TASK REQUIREMENTS -
Copy all lines containing the string "with" from the records below.

*** EXTRACTED RECORDS ***

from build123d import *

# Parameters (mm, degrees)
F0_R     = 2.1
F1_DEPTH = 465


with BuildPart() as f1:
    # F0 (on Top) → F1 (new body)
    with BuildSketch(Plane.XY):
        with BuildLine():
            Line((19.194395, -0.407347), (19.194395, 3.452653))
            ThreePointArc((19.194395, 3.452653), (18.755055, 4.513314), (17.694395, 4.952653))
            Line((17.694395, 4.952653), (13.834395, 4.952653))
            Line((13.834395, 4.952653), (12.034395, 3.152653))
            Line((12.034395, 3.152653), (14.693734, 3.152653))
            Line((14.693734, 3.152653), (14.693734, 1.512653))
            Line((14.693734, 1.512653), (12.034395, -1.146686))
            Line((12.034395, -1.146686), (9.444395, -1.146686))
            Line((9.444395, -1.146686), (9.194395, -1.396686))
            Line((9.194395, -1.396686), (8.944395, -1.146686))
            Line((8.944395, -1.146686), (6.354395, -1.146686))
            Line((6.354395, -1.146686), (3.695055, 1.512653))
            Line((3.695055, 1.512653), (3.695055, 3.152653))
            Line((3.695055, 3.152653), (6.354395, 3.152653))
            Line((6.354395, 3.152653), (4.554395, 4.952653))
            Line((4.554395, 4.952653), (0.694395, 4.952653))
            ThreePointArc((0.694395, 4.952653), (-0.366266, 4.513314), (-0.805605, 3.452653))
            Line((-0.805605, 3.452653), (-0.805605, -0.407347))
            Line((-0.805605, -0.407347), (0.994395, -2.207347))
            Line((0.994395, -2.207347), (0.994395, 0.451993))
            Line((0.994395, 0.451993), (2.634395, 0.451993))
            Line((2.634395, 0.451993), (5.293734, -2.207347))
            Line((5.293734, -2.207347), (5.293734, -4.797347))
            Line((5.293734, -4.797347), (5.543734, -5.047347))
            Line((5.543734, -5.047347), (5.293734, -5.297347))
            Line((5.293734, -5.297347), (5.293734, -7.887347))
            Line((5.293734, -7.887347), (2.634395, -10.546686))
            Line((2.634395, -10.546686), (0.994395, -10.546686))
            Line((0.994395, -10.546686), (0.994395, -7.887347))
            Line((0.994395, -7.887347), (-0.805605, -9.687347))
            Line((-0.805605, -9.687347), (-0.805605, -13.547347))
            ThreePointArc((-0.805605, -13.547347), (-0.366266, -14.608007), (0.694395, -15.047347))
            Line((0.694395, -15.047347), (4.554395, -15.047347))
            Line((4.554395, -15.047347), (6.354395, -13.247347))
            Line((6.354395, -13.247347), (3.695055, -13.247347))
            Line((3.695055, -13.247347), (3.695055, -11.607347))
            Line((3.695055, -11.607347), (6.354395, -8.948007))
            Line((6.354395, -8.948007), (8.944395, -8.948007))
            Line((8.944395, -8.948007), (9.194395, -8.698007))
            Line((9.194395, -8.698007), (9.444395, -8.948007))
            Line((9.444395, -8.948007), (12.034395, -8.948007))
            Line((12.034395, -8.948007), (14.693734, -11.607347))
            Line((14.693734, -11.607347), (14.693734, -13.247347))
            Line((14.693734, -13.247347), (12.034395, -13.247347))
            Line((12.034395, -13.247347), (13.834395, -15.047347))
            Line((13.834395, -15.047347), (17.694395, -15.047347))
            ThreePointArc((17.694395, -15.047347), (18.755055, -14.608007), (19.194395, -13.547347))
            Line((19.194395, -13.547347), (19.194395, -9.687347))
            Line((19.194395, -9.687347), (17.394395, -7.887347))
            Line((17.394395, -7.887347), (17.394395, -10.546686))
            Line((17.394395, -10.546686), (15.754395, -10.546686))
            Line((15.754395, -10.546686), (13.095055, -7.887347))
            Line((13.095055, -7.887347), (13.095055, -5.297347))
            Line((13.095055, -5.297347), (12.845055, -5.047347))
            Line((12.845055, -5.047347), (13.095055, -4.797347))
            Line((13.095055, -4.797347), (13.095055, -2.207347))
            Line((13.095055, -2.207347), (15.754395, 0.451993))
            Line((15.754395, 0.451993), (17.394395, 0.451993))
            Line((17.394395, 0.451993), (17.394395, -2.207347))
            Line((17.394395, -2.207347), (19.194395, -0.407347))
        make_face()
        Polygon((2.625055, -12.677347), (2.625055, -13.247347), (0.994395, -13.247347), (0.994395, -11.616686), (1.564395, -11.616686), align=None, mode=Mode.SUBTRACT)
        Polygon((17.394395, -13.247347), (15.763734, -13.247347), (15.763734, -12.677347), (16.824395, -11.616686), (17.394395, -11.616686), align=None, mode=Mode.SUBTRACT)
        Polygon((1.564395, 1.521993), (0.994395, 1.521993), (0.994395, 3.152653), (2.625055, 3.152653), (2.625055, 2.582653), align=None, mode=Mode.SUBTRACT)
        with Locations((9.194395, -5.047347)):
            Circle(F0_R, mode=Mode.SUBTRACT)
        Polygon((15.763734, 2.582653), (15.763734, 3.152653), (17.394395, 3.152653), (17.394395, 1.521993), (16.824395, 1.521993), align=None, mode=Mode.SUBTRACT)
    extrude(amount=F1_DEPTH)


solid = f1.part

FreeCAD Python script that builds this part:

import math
import FreeCAD as App
import Part
import Sketcher

V = App.Vector
Q = App.Units.Quantity


def add_polygon(sketch, points):
    """Adds a closed chain of lines whose ends are joined by coincident constraints."""
    first, n = sketch.GeometryCount, len(points)
    for a, b in zip(points, points[1:] + points[:1]):
        sketch.addGeometry(Part.LineSegment(App.Vector(*a, 0), App.Vector(*b, 0)), False)
    for i in range(n):
        sketch.addConstraint(Sketcher.Constraint("Coincident", first + i, 2, first + (i + 1) % n, 1))

doc = App.newDocument("Part")
body = doc.addObject("PartDesign::Body", "Body")

# Sketch on XY plane
sketch1 = doc.addObject("Sketcher::SketchObject", "Sketch")
body.addObject(sketch1)
sketch1.AttachmentSupport = (doc.XY_Plane, [""])
sketch1.MapMode = "FlatFace"
sketch1.addGeometry(Part.LineSegment(V(19.19, -0.41, 0), V(19.19, 3.45, 0)), False)  # 0
sketch1.addGeometry(Part.ArcOfCircle(Part.Circle(V(17.69, 3.45, 0), V(0, 0, 1), 1.5), math.radians(0), math.radians(90)), False)  # 1
sketch1.addGeometry(Part.LineSegment(V(17.69, 4.95, 0), V(13.83, 4.95, 0)), False)  # 2
sketch1.addGeometry(Part.LineSegment(V(13.83, 4.95, 0), V(12.03, 3.15, 0)), False)  # 3
sketch1.addGeometry(Part.LineSegment(V(12.03, 3.15, 0), V(14.69, 3.15, 0)), False)  # 4
sketch1.addGeometry(Part.LineSegment(V(14.69, 3.15, 0), V(14.69, 1.51, 0)), False)  # 5
sketch1.addGeometry(Part.LineSegment(V(14.69, 1.51, 0), V(12.03, -1.15, 0)), False)  # 6
sketch1.addGeometry(Part.LineSegment(V(12.03, -1.15, 0), V(9.44, -1.15, 0)), False)  # 7
sketch1.addGeometry(Part.LineSegment(V(9.44, -1.15, 0), V(9.19, -1.4, 0)), False)  # 8
sketch1.addGeometry(Part.LineSegment(V(9.19, -1.4, 0), V(8.94, -1.15, 0)), False)  # 9
sketch1.addGeometry(Part.LineSegment(V(8.94, -1.15, 0), V(6.35, -1.15, 0)), False)  # 10
sketch1.addGeometry(Part.LineSegment(V(6.35, -1.15, 0), V(3.7, 1.51, 0)), False)  # 11
sketch1.addGeometry(Part.LineSegment(V(3.7, 1.51, 0), V(3.7, 3.15, 0)), False)  # 12
sketch1.addGeometry(Part.LineSegment(V(3.7, 3.15, 0), V(6.35, 3.15, 0)), False)  # 13
sketch1.addGeometry(Part.LineSegment(V(6.35, 3.15, 0), V(4.55, 4.95, 0)), False)  # 14
sketch1.addGeometry(Part.LineSegment(V(4.55, 4.95, 0), V(0.69, 4.95, 0)), False)  # 15
sketch1.addGeometry(Part.ArcOfCircle(Part.Circle(V(0.69, 3.45, 0), V(0, 0, 1), 1.5), math.radians(90), math.radians(180)), False)  # 16
sketch1.addGeometry(Part.LineSegment(V(-0.81, 3.45, 0), V(-0.81, -0.41, 0)), False)  # 17
sketch1.addGeometry(Part.LineSegment(V(-0.81, -0.41, 0), V(0.99, -2.21, 0)), False)  # 18
sketch1.addGeometry(Part.LineSegment(V(0.99, -2.21, 0), V(0.99, 0.45, 0)), False)  # 19
sketch1.addGeometry(Part.LineSegment(V(0.99, 0.45, 0), V(2.63, 0.45, 0)), False)  # 20
sketch1.addGeometry(Part.LineSegment(V(2.63, 0.45, 0), V(5.29, -2.21, 0)), False)  # 21
sketch1.addGeometry(Part.LineSegment(V(5.29, -2.21, 0), V(5.29, -4.8, 0)), False)  # 22
sketch1.addGeometry(Part.LineSegment(V(5.29, -4.8, 0), V(5.54, -5.05, 0)), False)  # 23
sketch1.addGeometry(Part.LineSegment(V(5.54, -5.05, 0), V(5.29, -5.3, 0)), False)  # 24
sketch1.addGeometry(Part.LineSegment(V(5.29, -5.3, 0), V(5.29, -7.89, 0)), False)  # 25
sketch1.addGeometry(Part.LineSegment(V(5.29, -7.89, 0), V(2.63, -10.55, 0)), False)  # 26
sketch1.addGeometry(Part.LineSegment(V(2.63, -10.55, 0), V(0.99, -10.55, 0)), False)  # 27
sketch1.addGeometry(Part.LineSegment(V(0.99, -10.55, 0), V(0.99, -7.89, 0)), False)  # 28
sketch1.addGeometry(Part.LineSegment(V(0.99, -7.89, 0), V(-0.81, -9.69, 0)), False)  # 29
sketch1.addGeometry(Part.LineSegment(V(-0.81, -9.69, 0), V(-0.81, -13.55, 0)), False)  # 30
sketch1.addGeometry(Part.ArcOfCircle(Part.Circle(V(0.69, -13.55, 0), V(0, 0, 1), 1.5), math.radians(180), math.radians(270)), False)  # 31
sketch1.addGeometry(Part.LineSegment(V(0.69, -15.05, 0), V(4.55, -15.05, 0)), False)  # 32
sketch1.addGeometry(Part.LineSegment(V(4.55, -15.05, 0), V(6.35, -13.25, 0)), False)  # 33
sketch1.addGeometry(Part.LineSegment(V(6.35, -13.25, 0), V(3.7, -13.25, 0)), False)  # 34
sketch1.addGeometry(Part.LineSegment(V(3.7, -13.25, 0), V(3.7, -11.61, 0)), False)  # 35
sketch1.addGeometry(Part.LineSegment(V(3.7, -11.61, 0), V(6.35, -8.95, 0)), False)  # 36
sketch1.addGeometry(Part.LineSegment(V(6.35, -8.95, 0), V(8.94, -8.95, 0)), False)  # 37
sketch1.addGeometry(Part.LineSegment(V(8.94, -8.95, 0), V(9.19, -8.7, 0)), False)  # 38
sketch1.addGeometry(Part.LineSegment(V(9.19, -8.7, 0), V(9.44, -8.95, 0)), False)  # 39
sketch1.addGeometry(Part.LineSegment(V(9.44, -8.95, 0), V(12.03, -8.95, 0)), False)  # 40
sketch1.addGeometry(Part.LineSegment(V(12.03, -8.95, 0), V(14.69, -11.61, 0)), False)  # 41
sketch1.addGeometry(Part.LineSegment(V(14.69, -11.61, 0), V(14.69, -13.25, 0)), False)  # 42
sketch1.addGeometry(Part.LineSegment(V(14.69, -13.25, 0), V(12.03, -13.25, 0)), False)  # 43
sketch1.addGeometry(Part.LineSegment(V(12.03, -13.25, 0), V(13.83, -15.05, 0)), False)  # 44
sketch1.addGeometry(Part.LineSegment(V(13.83, -15.05, 0), V(17.69, -15.05, 0)), False)  # 45
sketch1.addGeometry(Part.ArcOfCircle(Part.Circle(V(17.69, -13.55, 0), V(0, 0, 1), 1.5), math.radians(-90), math.radians(0)), False)  # 46
sketch1.addGeometry(Part.LineSegment(V(19.19, -13.55, 0), V(19.19, -9.69, 0)), False)  # 47
sketch1.addGeometry(Part.LineSegment(V(19.19, -9.69, 0), V(17.39, -7.89, 0)), False)  # 48
sketch1.addGeometry(Part.LineSegment(V(17.39, -7.89, 0), V(17.39, -10.55, 0)), False)  # 49
sketch1.addGeometry(Part.LineSegment(V(17.39, -10.55, 0), V(15.75, -10.55, 0)), False)  # 50
sketch1.addGeometry(Part.LineSegment(V(15.75, -10.55, 0), V(13.1, -7.89, 0)), False)  # 51
sketch1.addGeometry(Part.LineSegment(V(13.1, -7.89, 0), V(13.1, -5.3, 0)), False)  # 52
sketch1.addGeometry(Part.LineSegment(V(13.1, -5.3, 0), V(12.85, -5.05, 0)), False)  # 53
sketch1.addGeometry(Part.LineSegment(V(12.85, -5.05, 0), V(13.1, -4.8, 0)), False)  # 54
sketch1.addGeometry(Part.LineSegment(V(13.1, -4.8, 0), V(13.1, -2.21, 0)), False)  # 55
sketch1.addGeometry(Part.LineSegment(V(13.1, -2.21, 0), V(15.75, 0.45, 0)), False)  # 56
sketch1.addGeometry(Part.LineSegment(V(15.75, 0.45, 0), V(17.39, 0.45, 0)), False)  # 57
sketch1.addGeometry(Part.LineSegment(V(17.39, 0.45, 0), V(17.39, -2.21, 0)), False)  # 58
sketch1.addGeometry(Part.LineSegment(V(17.39, -2.21, 0), V(19.19, -0.41, 0)), False)  # 59
add_polygon(sketch1, [(1.56, -11.62), (2.63, -12.68), (2.63, -13.25), (0.99, -13.25), (0.99, -11.62)])  # lines 60-64
add_polygon(sketch1, [(17.39, -11.62), (17.39, -13.25), (15.76, -13.25), (15.76, -12.68), (16.82, -11.62)])  # lines 65-69
add_polygon(sketch1, [(2.63, 2.58), (1.56, 1.52), (0.99, 1.52), (0.99, 3.15), (2.63, 3.15)])  # lines 70-74
sketch1.addGeometry(Part.Circle(V(9.19, -5.05, 0), V(0, 0, 1), 2.1), False)  # 75
add_polygon(sketch1, [(16.82, 1.52), (15.76, 2.58), (15.76, 3.15), (17.39, 3.15), (17.39, 1.52)])  # lines 76-80
sketch1.addConstraint(Sketcher.Constraint("Tangent", 0, 2, 1, 1))
sketch1.addConstraint(Sketcher.Constraint("Tangent", 1, 2, 2, 1))
sketch1.addConstraint(Sketcher.Constraint("Coincident", 2, 2, 3, 1))
sketch1.addConstraint(Sketcher.Constraint("Coincident", 3, 2, 4, 1))
sketch1.addConstraint(Sketcher.Constraint("Coincident", 4, 2, 5, 1))
sketch1.addConstraint(Sketcher.Constraint("Coincident", 5, 2, 6, 1))
sketch1.addConstraint(Sketcher.Constraint("Coincident", 6, 2, 7, 1))
sketch1.addConstraint(Sketcher.Constraint("Coincident", 7, 2, 8, 1))
sketch1.addConstraint(Sketcher.Constraint("Coincident", 8, 2, 9, 1))
sketch1.addConstraint(Sketcher.Constraint("Coincident", 9, 2, 10, 1))
sketch1.addConstraint(Sketcher.Constraint("Coincident", 10, 2, 11, 1))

*** End of EXTRACTED RECORDS ***

WRITTEN ANSWER -
with BuildPart() as f1:
    with BuildSketch(Plane.XY):
        with BuildLine():
        with Locations((9.194395, -5.047347)):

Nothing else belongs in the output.